Down syndrome, a genetic condition caused by the presence of an extra copy of chromosome 21, is the most common genetic cause of intellectual disability. Despite its prevalence, the precise mechanisms by which it disrupts brain advancement during fetal stages have remained largely unknown. Recent research involving the analysis of approximately 250,000 cells from human fetal cortices – specifically, samples from 15 individuals with Down syndrome and 15 control subjects between 10 and 20 weeks post-conception – has begun to illuminate these processes.
The study, utilizing single-cell transcriptomic and chromatin accessibility profiling, identified a specific decrease in a subtype of excitatory neurons expressing the proteins RORB and FOXP1. Researchers also observed widespread disruptions in the genetic programs governing neurodevelopment. Further analysis pinpointed three transcription factors located on chromosome 21 - BACH1, PKNOX1, and GABPA – as key regulators. These factors appear to be particularly sensitive to dosage imbalances and influence genes strongly associated with intellectual disability.

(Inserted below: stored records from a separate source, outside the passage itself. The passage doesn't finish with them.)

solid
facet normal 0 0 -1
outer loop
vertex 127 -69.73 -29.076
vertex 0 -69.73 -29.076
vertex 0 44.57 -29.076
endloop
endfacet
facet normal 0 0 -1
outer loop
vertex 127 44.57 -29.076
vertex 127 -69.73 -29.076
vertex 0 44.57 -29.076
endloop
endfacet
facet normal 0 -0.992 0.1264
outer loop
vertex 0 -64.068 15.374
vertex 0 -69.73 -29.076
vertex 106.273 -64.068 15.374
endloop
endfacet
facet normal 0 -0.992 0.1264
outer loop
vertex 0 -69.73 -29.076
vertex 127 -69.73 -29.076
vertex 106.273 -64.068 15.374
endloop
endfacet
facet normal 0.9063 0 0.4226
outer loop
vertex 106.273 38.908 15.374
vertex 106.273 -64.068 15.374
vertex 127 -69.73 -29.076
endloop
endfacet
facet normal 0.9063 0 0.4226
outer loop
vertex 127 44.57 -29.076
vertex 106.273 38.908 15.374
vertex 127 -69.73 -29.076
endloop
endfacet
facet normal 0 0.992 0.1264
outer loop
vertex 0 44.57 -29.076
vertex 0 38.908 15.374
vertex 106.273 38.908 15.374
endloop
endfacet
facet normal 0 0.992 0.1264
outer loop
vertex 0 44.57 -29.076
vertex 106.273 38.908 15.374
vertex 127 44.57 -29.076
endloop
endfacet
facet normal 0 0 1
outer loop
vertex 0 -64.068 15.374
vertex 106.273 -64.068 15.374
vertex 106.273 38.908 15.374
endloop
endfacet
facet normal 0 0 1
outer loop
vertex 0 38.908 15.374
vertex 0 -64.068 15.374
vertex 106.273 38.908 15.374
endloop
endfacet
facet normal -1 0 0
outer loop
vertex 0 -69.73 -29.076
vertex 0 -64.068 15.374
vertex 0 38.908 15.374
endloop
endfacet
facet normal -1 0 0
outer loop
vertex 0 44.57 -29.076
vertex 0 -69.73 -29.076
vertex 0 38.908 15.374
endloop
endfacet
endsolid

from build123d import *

# Parameters (mm, degrees)
F0_W          = 114.3
F0_H          = 44.45
F1_DEPTH      = 127
F3_DEPTH      = 127
F7_DEPTH      = 139.954
F7_DEPTH_BACK = 86.614


with BuildPart() as f1:
    # F0 (on Right) → F1 (new body)
    with BuildSketch(Plane.YZ):
        with Locations((-12.579812, -6.85063)):
            Rectangle(F0_W, F0_H)
    extrude(amount=F1_DEPTH)

    # F2 (on Front) → F3 (cut, symmetric)
    with BuildSketch(Plane.XZ):
        Polygon((127, -29.07563), (127, 15.37437), (106.272625, 15.37437), align=None)
    extrude(amount=F3_DEPTH, both=True, mode=Mode.SUBTRACT)

    # F6 (on offset) → F7 (cut, two sides)
    with BuildSketch(Plane.YZ.offset(25.4)) as f7_sk:
        Polygon((-69.729812, 15.37437), (-69.729812, -29.07563), (-64.067963, 15.37437), align=None)
        Polygon((38.908338, 15.37437), (44.570188, -29.07563), (44.570188, 15.37437), align=None)
    extrude(amount=F7_DEPTH, mode=Mode.SUBTRACT)
    extrude(f7_sk.sketch, amount=-F7_DEPTH_BACK, mode=Mode.SUBTRACT)


solid = f1.part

In vitro experiments demonstrated that restoring normal levels of these transcription factors using antisense oligonucleotides partially reversed the abnormal gene expression patterns. Complementary findings were obtained from a humanized in vivo model, which revealed additional molecular and cellular characteristics of Down syndrome.The research team has made their data publicly available, creating a valuable resource for future investigations into the genetic and regulatory landscape of cortical development in Down syndrome, and identifying potential therapeutic targets.